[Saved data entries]
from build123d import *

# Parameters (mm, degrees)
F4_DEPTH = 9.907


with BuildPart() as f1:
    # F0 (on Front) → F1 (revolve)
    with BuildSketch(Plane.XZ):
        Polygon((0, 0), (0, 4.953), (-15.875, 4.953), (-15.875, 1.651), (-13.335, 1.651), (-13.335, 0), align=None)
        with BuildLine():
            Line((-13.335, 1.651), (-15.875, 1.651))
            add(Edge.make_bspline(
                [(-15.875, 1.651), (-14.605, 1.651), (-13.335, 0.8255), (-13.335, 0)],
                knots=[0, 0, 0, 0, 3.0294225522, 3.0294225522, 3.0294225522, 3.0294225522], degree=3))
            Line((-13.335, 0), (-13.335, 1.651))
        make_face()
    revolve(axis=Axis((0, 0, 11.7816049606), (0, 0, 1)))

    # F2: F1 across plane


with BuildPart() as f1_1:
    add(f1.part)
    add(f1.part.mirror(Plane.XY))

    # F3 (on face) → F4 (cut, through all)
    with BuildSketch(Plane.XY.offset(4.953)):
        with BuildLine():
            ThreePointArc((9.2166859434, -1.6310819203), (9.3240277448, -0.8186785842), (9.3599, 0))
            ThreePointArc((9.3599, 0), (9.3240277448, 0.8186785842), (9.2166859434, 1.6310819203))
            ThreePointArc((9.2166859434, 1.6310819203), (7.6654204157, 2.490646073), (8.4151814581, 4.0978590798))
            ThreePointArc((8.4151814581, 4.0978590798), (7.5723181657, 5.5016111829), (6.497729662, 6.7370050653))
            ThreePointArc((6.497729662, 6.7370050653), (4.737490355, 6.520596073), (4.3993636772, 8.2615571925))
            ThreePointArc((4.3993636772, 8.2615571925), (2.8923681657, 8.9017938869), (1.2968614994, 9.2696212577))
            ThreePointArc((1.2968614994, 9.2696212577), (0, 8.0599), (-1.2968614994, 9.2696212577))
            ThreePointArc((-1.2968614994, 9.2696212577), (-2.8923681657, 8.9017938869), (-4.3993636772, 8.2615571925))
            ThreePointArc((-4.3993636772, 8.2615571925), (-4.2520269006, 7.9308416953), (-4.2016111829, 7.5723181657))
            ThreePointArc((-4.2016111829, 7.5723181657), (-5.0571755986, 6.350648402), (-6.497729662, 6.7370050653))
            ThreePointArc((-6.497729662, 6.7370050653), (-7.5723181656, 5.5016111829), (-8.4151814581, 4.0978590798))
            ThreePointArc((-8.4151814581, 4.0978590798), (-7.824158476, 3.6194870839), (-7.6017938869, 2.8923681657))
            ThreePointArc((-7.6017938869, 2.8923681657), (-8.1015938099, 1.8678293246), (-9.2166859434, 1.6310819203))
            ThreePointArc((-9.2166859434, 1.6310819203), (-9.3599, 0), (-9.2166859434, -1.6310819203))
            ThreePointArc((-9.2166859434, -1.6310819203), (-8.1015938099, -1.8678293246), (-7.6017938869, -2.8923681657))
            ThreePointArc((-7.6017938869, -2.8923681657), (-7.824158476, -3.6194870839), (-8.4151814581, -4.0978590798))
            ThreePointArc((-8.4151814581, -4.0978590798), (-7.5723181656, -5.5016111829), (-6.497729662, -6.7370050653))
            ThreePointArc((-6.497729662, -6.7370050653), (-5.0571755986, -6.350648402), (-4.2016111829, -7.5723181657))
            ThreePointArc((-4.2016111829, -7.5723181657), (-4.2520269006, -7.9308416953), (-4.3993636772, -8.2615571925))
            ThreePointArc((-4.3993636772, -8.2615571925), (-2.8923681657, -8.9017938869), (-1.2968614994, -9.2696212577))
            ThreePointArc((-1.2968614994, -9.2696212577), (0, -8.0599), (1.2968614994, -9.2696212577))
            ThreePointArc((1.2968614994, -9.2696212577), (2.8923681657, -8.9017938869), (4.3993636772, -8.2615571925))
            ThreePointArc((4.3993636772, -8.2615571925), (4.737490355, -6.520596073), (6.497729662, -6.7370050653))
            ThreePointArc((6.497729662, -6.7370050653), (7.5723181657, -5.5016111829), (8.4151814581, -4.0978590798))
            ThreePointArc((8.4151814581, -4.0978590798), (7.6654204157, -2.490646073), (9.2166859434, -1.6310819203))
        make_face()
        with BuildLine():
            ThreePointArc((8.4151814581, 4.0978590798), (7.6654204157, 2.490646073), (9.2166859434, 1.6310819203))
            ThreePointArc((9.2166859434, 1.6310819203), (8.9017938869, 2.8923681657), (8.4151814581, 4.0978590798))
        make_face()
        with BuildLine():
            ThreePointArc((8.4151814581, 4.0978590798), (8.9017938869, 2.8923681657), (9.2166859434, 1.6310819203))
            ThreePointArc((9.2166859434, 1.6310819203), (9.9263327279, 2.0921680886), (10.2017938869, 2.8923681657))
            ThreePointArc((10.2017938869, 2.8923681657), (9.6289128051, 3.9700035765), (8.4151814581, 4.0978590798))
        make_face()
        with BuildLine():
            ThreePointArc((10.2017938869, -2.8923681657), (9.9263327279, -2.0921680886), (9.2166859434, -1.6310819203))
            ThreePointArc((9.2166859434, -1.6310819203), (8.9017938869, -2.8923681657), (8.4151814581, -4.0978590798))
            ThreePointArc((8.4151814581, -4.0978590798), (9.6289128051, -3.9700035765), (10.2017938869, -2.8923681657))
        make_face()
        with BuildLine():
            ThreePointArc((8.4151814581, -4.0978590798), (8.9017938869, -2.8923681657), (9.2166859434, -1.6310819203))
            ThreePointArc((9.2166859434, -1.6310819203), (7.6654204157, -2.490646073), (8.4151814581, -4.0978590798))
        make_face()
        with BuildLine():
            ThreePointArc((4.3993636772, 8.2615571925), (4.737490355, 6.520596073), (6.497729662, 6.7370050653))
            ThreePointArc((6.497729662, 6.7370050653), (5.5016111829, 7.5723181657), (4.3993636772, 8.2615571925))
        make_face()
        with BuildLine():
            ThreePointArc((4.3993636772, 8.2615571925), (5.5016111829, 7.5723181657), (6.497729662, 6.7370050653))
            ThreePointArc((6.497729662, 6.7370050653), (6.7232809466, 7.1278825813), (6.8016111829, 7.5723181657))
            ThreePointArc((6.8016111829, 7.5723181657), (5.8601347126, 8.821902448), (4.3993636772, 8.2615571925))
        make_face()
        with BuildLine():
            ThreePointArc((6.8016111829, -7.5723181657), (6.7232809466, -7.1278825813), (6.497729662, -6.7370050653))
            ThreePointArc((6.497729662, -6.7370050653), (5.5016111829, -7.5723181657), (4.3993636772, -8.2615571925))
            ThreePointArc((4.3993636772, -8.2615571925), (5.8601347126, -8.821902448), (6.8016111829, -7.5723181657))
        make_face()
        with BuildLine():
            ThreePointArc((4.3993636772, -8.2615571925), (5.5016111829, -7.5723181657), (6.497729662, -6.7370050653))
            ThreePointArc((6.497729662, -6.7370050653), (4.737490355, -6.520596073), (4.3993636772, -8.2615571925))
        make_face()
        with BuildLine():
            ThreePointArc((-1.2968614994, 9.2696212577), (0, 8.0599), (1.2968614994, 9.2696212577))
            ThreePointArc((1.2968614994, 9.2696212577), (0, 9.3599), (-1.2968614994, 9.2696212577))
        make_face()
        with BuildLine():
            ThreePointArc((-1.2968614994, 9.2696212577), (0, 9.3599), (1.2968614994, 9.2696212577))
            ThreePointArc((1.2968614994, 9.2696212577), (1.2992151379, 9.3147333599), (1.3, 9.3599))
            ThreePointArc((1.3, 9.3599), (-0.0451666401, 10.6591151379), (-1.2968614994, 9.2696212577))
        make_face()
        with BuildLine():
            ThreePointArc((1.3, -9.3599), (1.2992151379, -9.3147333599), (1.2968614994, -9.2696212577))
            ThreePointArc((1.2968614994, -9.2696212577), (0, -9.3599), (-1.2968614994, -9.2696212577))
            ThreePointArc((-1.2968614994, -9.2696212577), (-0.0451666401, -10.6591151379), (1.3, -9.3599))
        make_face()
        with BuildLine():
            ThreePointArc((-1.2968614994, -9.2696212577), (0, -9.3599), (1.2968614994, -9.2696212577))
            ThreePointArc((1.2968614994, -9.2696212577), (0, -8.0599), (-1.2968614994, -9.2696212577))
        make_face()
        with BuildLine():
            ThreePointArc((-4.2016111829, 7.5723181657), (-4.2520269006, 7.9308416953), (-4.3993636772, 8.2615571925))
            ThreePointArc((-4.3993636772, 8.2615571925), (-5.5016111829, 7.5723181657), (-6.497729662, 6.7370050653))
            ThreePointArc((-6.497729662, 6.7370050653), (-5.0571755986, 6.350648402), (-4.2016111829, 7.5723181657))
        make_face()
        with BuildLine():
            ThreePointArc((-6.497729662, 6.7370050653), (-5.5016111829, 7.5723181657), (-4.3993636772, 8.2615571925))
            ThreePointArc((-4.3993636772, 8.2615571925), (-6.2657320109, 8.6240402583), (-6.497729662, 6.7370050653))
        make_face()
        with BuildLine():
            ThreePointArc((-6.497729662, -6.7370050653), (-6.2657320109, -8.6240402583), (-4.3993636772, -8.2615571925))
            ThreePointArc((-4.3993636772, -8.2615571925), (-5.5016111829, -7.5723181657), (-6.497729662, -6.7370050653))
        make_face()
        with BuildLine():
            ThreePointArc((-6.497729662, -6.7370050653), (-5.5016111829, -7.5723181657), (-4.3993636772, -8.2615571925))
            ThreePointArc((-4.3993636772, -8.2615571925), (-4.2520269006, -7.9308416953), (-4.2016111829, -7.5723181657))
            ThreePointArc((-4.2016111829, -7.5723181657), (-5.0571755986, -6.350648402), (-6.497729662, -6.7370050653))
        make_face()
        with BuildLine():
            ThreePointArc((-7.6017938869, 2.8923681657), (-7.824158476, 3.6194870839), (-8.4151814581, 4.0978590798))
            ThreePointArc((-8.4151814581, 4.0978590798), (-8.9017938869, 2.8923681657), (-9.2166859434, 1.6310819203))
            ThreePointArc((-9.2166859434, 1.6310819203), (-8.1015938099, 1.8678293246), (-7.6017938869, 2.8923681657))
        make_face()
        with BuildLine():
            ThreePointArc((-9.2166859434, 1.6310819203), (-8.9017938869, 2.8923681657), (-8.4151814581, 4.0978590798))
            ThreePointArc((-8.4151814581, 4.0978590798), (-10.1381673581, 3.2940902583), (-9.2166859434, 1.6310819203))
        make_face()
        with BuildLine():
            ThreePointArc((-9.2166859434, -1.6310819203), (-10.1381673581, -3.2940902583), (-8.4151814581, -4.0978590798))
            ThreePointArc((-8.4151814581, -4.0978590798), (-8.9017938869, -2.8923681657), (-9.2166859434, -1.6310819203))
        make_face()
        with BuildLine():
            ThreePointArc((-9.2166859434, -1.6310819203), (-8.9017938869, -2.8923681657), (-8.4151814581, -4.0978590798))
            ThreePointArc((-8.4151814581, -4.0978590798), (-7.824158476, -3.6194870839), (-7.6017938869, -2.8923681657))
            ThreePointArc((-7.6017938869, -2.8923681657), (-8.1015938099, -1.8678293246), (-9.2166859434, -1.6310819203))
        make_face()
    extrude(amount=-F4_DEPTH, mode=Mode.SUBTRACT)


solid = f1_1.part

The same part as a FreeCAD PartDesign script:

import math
import FreeCAD as App
import Part
import Sketcher

V = App.Vector
Q = App.Units.Quantity

doc = App.newDocument("Part")
body = doc.addObject("PartDesign::Body", "Body")

# Sketch on XZ plane
sketch1 = body.newObject("Sketcher::SketchObject", "Sketch")
sketch1.AttachmentSupport = (doc.getObject("XZ_Plane"), [""])
sketch1.MapMode = "FlatFace"
sketch1.addGeometry([
    Part.LineSegment(V(0, 0, 0), V(0, 4.953, 0)),  # 0
    Part.LineSegment(V(0, 4.953, 0), V(-15.875, 4.953, 0)),  # 1
    Part.LineSegment(V(-15.875, 4.953, 0), V(-15.875, 1.651, 0)),  # 2
    Part.BSplineCurve([V(-15.875, 1.651, 0), V(-14.605, 1.651, 0), V(-13.335, 0.8255, 0), V(-13.335, 0, 0)], [4, 4], [0, 3.029422552], False, 3, [1, 1, 1, 1], False),  # 3
    Part.LineSegment(V(-13.335, 0, 0), V(0, 0, 0)),  # 4
], False)
sketch1.addConstraint([
    Sketcher.Constraint("Block", 3),
    Sketcher.Constraint("Coincident", 0, 2, 1, 1),
    Sketcher.Constraint("Coincident", 1, 2, 2, 1),
    Sketcher.Constraint("Coincident", 2, 2, 3, 1),
    Sketcher.Constraint("Coincident", 3, 2, 4, 1),
    Sketcher.Constraint("Coincident", 4, 2, 0, 1),
    Sketcher.Constraint("Vertical", 0),
    Sketcher.Constraint("Horizontal", 1),
    Sketcher.Constraint("Vertical", 2),
    Sketcher.Constraint("Horizontal", 4),
    Sketcher.Constraint("PointOnObject", 0, 2, -2),
    Sketcher.Constraint("DistanceY", 2, 2, 2, 1, Q("0.13 in")),
])
revolution = body.newObject("PartDesign::Revolution", "Revolution")
revolution.Profile = sketch1
revolution.ReferenceAxis = (sketch1, ["V_Axis"])
revolution.Angle = 360
body2 = doc.addObject("PartDesign::Body", "Body001")
doc.recompute()

body2.BaseFeature = body
doc.recompute()

mirroring = doc.addObject("Part::Mirroring", "Mirroring")
mirroring.Source = body
mirroring.Base = V(0, 0, 0)
mirroring.Normal = V(0, 0, 1)
body3 = doc.addObject("PartDesign::Body", "Body002")
body3.BaseFeature = mirroring
boolean = body2.newObject("PartDesign::Boolean", "Boolean")
boolean.Type = "Fuse"
boolean.addObjects([body3])
doc.recompute()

§ Your instructions
Restate word for word the lines above, beginning at the first one and ending at the line that carries "6.520596073), (4.3993636772, 8.2615571925))".

§ Answer for this exercise
from build123d import *

# Parameters (mm, degrees)
F4_DEPTH = 9.907


with BuildPart() as f1:
    # F0 (on Front) → F1 (revolve)
    with BuildSketch(Plane.XZ):
        Polygon((0, 0), (0, 4.953), (-15.875, 4.953), (-15.875, 1.651), (-13.335, 1.651), (-13.335, 0), align=None)
        with BuildLine():
            Line((-13.335, 1.651), (-15.875, 1.651))
            add(Edge.make_bspline(
                [(-15.875, 1.651), (-14.605, 1.651), (-13.335, 0.8255), (-13.335, 0)],
                knots=[0, 0, 0, 0, 3.0294225522, 3.0294225522, 3.0294225522, 3.0294225522], degree=3))
            Line((-13.335, 0), (-13.335, 1.651))
        make_face()
    revolve(axis=Axis((0, 0, 11.7816049606), (0, 0, 1)))

    # F2: F1 across plane


with BuildPart() as f1_1:
    add(f1.part)
    add(f1.part.mirror(Plane.XY))

    # F3 (on face) → F4 (cut, through all)
    with BuildSketch(Plane.XY.offset(4.953)):
        with BuildLine():
            ThreePointArc((9.2166859434, -1.6310819203), (9.3240277448, -0.8186785842), (9.3599, 0))
            ThreePointArc((9.3599, 0), (9.3240277448, 0.8186785842), (9.2166859434, 1.6310819203))
            ThreePointArc((9.2166859434, 1.6310819203), (7.6654204157, 2.490646073), (8.4151814581, 4.0978590798))
            ThreePointArc((8.4151814581, 4.0978590798), (7.5723181657, 5.5016111829), (6.497729662, 6.7370050653))
            ThreePointArc((6.497729662, 6.7370050653), (4.737490355, 6.520596073), (4.3993636772, 8.2615571925))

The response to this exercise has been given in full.